The deeper context behind this partnership is the severe global AI computing supply-demand imbalance. NVIDIA GPU production capacity is currently constrained, and major cloud providers' GPU clusters are fully booked. While Google has its proprietary TPU chips, they remain insufficient to meet the explosive demand from Gemini model training and inference. Although SpaceX is known for its aerospace business, its Starlink operations have accumulated substantial data center infrastructure capable of providing computing services.

This partnership holds significant strategic value for both parties — Google can supplement its TPU computing capacity shortfall, while SpaceX can leverage this to support its IPO process. At $920 million per month over approximately 26 months, the total contract value approaches $24 billion — close to the annual revenue of some mid-sized cloud computing companies. This fully reflects the enormous gap in current AI computing demand and confirms computing power's strategic position as "the new oil."

Anthropic and Open-Source Ecosystem Developments

Claude Cowork Limited-Time Double Credits Promotion

Anthropic has launched a limited-time Claude Cowork promotion, doubling users' available credits through the following month. This initiative aims to help users tackle larger and more complex tasks, reflecting Anthropic's aggressive user growth strategy.

Riverflow 2.5 Image Generation Model Released

The image generation model Riverflow 2.5 has been officially released, with improvements across all text-to-image and image-to-image capabilities. The model features built-in reasoning editing logic, representing a new trend in image generation: models can not only generate images but also understand the semantic logic of editing instructions.
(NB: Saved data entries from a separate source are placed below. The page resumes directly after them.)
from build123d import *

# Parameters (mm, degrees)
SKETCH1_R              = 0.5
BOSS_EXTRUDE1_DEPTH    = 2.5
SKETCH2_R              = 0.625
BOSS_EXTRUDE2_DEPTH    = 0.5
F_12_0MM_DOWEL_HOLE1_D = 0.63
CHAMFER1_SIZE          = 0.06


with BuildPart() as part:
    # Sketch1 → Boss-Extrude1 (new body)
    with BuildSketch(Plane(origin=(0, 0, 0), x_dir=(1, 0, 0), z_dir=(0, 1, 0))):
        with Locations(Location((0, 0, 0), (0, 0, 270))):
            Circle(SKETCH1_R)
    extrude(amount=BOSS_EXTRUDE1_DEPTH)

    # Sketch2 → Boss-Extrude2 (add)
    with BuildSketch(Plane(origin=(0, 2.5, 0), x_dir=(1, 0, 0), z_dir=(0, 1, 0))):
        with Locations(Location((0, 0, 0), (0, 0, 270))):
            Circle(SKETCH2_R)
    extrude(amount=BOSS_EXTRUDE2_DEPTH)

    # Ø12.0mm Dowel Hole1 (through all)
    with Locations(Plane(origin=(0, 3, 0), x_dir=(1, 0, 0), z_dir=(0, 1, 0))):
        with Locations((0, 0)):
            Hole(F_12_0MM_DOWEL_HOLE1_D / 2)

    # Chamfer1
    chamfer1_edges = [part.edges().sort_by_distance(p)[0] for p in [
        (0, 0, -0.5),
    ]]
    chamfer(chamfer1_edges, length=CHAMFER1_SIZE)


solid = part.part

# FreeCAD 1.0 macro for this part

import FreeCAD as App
import Part
import Sketcher

V = App.Vector
Q = App.Units.Quantity


def edges_at(feature, points):
    """Names of the edges that pass closest to the given points."""
    edges = feature.Shape.Edges
    near = lambda p: min(range(len(edges)), key=lambda i: edges[i].distToShape(Part.Vertex(*p))[0])
    return sorted({f"Edge{near(p) + 1}" for p in points})

doc = App.newDocument("Part")
body = doc.addObject("PartDesign::Body", "Body")

# Sketch on XZ plane
sketch1 = body.newObject("Sketcher::SketchObject", "Sketch")
sketch1.AttachmentSupport = (doc.getObject("XZ_Plane"), [""])
sketch1.MapMode = "FlatFace"
sketch1.addGeometry(Part.Circle(V(0, 0, 0), V(0, 0, 1), 0.5), False)
sketch1.addConstraint(Sketcher.Constraint("Coincident", 0, 3, -1, 1))
sketch1.addConstraint(Sketcher.Constraint("Diameter", 0, Q("1 mm")))
pad1 = body.newObject("PartDesign::Pad", "Pad")
pad1.Profile = sketch1
pad1.Length = 2.5
pad1.Reversed = True

# Sketch on XZ plane
sketch2 = body.newObject("Sketcher::SketchObject", "Sketch001")
sketch2.AttachmentSupport = (doc.getObject("XZ_Plane"), [""])
sketch2.MapMode = "FlatFace"
sketch2.AttachmentOffset = App.Placement(V(0, 0, -2.5), App.Rotation())
sketch2.addGeometry(Part.Circle(V(0, 0, 0), V(0, 0, 1), 0.6), False)
sketch2.addConstraint(Sketcher.Constraint("Coincident", 0, 3, -1, 1))
sketch2.addConstraint(Sketcher.Constraint("Diameter", 0, Q("1.25 mm")))
pad2 = body.newObject("PartDesign::Pad", "Pad001")
pad2.Profile = sketch2
pad2.Length = 0.5
pad2.Reversed = True

# Sketch on XZ plane
sketch3 = body.newObject("Sketcher::SketchObject", "Sketch002")
sketch3.AttachmentSupport = (doc.getObject("XZ_Plane"), [""])
sketch3.MapMode = "FlatFace"
sketch3.AttachmentOffset = App.Placement(V(0, 0, -3), App.Rotation())
sketch3.addGeometry(Part.Circle(V(0, 0, 0), V(0, 0, 1), 0.32), False)
sketch3.addConstraint(Sketcher.Constraint("Coincident", 0, 3, -1, 1))
sketch3.addConstraint(Sketcher.Constraint("Diameter", 0, Q("0.63 mm")))
doc.recompute()
hole = body.newObject("PartDesign::Hole", "Hole")
hole.Profile = sketch3
hole.ThreadType = "None"
hole.Diameter = 0.63
hole.DepthType = "ThroughAll"
hole.Reversed = True
doc.recompute()

chamfer = body.newObject("PartDesign::Chamfer", "Chamfer")
chamfer.Base = (hole, edges_at(hole, [(0, 0, -0.5)]))
chamfer.Size = 0.06

doc.recompute()
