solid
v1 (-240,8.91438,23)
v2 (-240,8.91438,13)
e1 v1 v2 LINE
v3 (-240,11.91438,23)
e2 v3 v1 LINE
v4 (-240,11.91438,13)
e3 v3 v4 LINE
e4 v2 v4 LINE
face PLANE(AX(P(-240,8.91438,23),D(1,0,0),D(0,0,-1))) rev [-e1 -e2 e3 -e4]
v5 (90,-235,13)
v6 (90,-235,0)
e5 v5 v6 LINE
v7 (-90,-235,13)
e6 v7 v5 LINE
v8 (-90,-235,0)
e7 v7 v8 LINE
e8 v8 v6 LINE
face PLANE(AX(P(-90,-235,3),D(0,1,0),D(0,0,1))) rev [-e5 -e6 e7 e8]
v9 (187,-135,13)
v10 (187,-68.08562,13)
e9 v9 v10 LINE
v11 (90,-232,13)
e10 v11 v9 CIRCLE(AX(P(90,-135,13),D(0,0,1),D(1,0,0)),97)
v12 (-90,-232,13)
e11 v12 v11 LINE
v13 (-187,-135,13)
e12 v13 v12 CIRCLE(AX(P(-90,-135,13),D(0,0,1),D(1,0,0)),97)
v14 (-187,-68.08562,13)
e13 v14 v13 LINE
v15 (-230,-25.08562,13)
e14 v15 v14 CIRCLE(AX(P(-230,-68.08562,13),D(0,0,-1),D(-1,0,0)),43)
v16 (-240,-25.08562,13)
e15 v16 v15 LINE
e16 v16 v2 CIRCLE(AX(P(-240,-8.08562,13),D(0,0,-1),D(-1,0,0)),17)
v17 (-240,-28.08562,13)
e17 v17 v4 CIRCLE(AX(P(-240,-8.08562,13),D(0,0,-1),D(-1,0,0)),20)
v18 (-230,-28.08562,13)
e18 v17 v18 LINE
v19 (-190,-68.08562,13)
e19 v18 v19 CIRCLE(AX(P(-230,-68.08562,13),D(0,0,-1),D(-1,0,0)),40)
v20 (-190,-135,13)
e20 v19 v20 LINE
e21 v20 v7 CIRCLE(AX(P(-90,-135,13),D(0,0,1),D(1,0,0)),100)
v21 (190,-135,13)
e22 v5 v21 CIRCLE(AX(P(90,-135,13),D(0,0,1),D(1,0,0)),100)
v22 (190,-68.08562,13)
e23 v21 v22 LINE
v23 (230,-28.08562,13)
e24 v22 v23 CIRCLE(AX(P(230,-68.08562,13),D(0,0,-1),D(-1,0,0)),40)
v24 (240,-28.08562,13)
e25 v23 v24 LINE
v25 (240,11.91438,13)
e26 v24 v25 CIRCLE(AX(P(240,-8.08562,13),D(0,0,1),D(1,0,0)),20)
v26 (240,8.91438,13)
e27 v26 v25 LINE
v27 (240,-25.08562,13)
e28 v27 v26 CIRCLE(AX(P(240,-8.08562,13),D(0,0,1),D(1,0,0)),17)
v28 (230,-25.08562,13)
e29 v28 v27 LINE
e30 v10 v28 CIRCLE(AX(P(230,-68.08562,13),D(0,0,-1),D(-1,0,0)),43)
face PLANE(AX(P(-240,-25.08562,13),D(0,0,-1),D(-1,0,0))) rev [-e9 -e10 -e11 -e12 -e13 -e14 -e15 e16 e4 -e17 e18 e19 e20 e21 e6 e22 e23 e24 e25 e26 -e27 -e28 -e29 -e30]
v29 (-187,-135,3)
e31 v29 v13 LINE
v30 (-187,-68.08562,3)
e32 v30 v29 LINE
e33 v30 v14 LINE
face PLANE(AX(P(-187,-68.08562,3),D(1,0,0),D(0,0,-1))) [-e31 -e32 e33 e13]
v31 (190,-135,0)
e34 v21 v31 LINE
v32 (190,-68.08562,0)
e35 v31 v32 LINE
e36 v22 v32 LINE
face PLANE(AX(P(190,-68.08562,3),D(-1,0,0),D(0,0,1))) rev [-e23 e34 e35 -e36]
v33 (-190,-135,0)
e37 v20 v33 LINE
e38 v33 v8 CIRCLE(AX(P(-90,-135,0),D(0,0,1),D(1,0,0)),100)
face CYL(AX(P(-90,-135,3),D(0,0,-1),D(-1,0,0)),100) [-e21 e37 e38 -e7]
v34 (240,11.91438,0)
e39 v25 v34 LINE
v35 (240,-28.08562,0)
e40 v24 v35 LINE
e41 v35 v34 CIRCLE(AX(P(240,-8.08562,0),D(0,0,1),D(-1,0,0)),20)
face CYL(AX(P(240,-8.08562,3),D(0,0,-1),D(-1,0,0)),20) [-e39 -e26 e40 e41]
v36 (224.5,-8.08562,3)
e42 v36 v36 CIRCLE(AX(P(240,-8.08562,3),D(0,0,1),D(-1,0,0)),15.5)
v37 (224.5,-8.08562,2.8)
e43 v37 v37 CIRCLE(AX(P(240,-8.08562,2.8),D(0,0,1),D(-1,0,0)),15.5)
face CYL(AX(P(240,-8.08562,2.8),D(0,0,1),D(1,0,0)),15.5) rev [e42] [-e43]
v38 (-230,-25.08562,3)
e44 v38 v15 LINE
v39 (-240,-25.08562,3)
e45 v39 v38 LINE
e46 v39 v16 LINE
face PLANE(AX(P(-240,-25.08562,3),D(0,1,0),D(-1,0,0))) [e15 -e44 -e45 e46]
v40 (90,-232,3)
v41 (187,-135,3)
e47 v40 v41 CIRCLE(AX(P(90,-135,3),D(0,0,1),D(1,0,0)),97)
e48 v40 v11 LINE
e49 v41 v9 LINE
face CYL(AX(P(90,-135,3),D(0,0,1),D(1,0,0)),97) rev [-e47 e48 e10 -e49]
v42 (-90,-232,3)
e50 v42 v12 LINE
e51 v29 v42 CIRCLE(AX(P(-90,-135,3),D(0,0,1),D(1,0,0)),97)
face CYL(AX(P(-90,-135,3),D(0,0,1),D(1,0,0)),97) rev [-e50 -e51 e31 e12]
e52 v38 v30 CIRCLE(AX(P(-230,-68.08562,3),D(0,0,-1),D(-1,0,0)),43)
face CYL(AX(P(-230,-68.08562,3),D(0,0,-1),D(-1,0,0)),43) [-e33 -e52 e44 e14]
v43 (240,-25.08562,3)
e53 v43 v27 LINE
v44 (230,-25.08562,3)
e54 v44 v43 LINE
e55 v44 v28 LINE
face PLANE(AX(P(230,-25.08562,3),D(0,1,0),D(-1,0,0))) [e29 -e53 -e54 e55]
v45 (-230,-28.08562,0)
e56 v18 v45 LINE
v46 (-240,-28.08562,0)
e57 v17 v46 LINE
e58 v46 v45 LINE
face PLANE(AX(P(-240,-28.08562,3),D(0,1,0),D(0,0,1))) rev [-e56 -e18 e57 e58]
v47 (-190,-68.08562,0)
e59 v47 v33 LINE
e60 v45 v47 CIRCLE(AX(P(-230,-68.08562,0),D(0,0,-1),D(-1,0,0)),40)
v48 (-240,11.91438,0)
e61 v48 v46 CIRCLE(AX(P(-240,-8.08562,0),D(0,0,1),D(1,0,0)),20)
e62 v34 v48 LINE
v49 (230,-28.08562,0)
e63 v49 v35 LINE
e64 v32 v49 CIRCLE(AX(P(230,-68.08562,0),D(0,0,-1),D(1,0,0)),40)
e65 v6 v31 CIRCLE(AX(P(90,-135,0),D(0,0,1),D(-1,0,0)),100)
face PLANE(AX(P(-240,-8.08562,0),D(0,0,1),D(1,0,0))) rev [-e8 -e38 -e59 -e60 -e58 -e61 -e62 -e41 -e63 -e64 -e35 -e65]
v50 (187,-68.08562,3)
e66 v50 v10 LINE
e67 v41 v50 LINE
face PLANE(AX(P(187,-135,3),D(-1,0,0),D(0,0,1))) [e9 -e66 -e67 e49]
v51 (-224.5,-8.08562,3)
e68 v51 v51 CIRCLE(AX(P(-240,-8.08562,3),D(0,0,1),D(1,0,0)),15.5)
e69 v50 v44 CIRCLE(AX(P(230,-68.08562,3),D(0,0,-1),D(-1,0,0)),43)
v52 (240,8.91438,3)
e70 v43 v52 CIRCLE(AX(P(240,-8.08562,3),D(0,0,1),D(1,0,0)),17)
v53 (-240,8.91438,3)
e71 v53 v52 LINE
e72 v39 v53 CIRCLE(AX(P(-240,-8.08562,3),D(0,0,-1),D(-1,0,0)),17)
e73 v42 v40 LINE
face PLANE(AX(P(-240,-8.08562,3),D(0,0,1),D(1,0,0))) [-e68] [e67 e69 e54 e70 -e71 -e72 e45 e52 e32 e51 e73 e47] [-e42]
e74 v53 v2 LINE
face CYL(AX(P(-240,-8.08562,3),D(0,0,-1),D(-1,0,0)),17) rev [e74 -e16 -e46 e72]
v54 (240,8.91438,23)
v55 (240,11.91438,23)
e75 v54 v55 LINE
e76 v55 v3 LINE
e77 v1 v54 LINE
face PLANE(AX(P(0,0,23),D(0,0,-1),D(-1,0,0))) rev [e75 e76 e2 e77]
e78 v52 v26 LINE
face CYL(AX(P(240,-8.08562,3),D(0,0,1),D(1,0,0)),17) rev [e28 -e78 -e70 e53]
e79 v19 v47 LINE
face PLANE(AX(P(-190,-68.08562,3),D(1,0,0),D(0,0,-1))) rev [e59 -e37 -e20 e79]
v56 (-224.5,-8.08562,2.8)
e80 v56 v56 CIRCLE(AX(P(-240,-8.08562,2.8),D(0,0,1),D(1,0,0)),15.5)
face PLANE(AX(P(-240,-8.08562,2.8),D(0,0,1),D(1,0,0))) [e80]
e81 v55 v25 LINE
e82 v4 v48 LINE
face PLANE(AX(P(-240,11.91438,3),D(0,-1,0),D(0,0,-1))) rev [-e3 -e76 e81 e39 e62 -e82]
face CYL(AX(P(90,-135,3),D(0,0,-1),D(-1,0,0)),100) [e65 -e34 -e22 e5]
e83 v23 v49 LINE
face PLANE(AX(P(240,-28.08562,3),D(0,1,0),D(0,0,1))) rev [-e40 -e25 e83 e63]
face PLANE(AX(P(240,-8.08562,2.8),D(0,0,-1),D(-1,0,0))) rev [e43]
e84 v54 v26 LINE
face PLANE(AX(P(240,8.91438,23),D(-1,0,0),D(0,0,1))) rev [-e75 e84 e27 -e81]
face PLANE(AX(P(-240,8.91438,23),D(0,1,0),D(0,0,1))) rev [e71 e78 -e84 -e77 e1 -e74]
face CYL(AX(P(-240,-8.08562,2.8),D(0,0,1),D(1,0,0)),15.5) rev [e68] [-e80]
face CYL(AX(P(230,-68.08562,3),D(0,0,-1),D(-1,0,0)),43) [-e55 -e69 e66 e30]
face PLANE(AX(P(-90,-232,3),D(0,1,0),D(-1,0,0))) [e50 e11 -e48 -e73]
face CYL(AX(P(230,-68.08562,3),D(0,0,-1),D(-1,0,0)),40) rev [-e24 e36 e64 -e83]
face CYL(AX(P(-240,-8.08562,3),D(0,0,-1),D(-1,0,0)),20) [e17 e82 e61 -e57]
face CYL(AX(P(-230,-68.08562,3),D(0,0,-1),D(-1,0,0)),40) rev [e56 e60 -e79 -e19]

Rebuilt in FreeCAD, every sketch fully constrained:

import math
import FreeCAD as App
import Part
import Sketcher

V = App.Vector
Q = App.Units.Quantity

doc = App.newDocument("Part")
body = doc.addObject("PartDesign::Body", "Body")

# Sketch on XY plane
sketch1 = body.newObject("Sketcher::SketchObject", "Sketch")
sketch1.AttachmentSupport = (doc.getObject("XY_Plane"), [""])
sketch1.MapMode = "FlatFace"
sketch1.addGeometry(Part.LineSegment(V(-240, -28.08562, 0), V(-230, -28.08562, 0)), False)
sketch1.addGeometry(Part.ArcOfCircle(Part.Circle(V(-230, -68.08562, 0), V(0, 0, 1), 40), math.radians(0), math.radians(90)), False)
sketch1.addGeometry(Part.LineSegment(V(-190, -68.08562, 0), V(-190, -135, 0)), False)
sketch1.addGeometry(Part.ArcOfCircle(Part.Circle(V(-90, -135, 0), V(0, 0, 1), 100), math.radians(180), math.radians(270)), False)
sketch1.addGeometry(Part.LineSegment(V(-90, -235, 0), V(90, -235, 0)), False)
sketch1.addGeometry(Part.ArcOfCircle(Part.Circle(V(90, -135, 0), V(0, 0, 1), 100), math.radians(-90), math.radians(0)), False)
sketch1.addGeometry(Part.LineSegment(V(190, -135, 0), V(190, -68.08562, 0)), False)
sketch1.addGeometry(Part.ArcOfCircle(Part.Circle(V(230, -68.08562, 0), V(0, 0, 1), 40), math.radians(90), math.radians(180)), False)
sketch1.addGeometry(Part.LineSegment(V(230, -28.08562, 0), V(240, -28.08562, 0)), False)
sketch1.addGeometry(Part.ArcOfCircle(Part.Circle(V(240, -8.08562, 0), V(0, 0, 1), 20), math.radians(-90), math.radians(90)), False)
sketch1.addGeometry(Part.LineSegment(V(240, 11.91438, 0), V(-240, 11.91438, 0)), False)
sketch1.addGeometry(Part.ArcOfCircle(Part.Circle(V(-240, -8.08562, 0), V(0, 0, 1), 20), math.radians(90), math.radians(270)), False)
sketch1.addConstraint(Sketcher.Constraint("Tangent", 0, 2, 1, 2))
sketch1.addConstraint(Sketcher.Constraint("Tangent", 1, 1, 2, 1))
sketch1.addConstraint(Sketcher.Constraint("Tangent", 2, 2, 3, 1))
sketch1.addConstraint(Sketcher.Constraint("Tangent", 3, 2, 4, 1))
For example, when a user instructs "change the background to nighttime but keep the person's lighting natural," the model needs to reason about which pixels to modify, which to preserve, and how to coordinate lighting — far more complex than simple image inpainting, essentially requiring the model to possess common-sense reasoning about the physical world.

The model supports up to 4K image export, and the Pro version is available for free on OpenRouter, providing creators with another high-quality option.

NVIDIA Nemotron 3 Ultra Now Free to Use

OpenCode announced that NVIDIA's open-source flagship model Nemotron 3 Ultra is now available for free on its platform, with support for long-context processing. However, the end date has not been officially specified, so interested developers are advised to try it out soon.

Summary and Outlook

Looking at today's AI industry developments, competition among leading companies is unfolding simultaneously across multiple dimensions: OpenAI continues pushing GPT series iterations, Google consolidates its ecosystem through computing partnerships and model optimization, and Anthropic competes for users with promotional offers. The battle for computing resources has become one of the core battlegrounds in the AI race, as the scale of the Google-SpaceX partnership clearly demonstrates.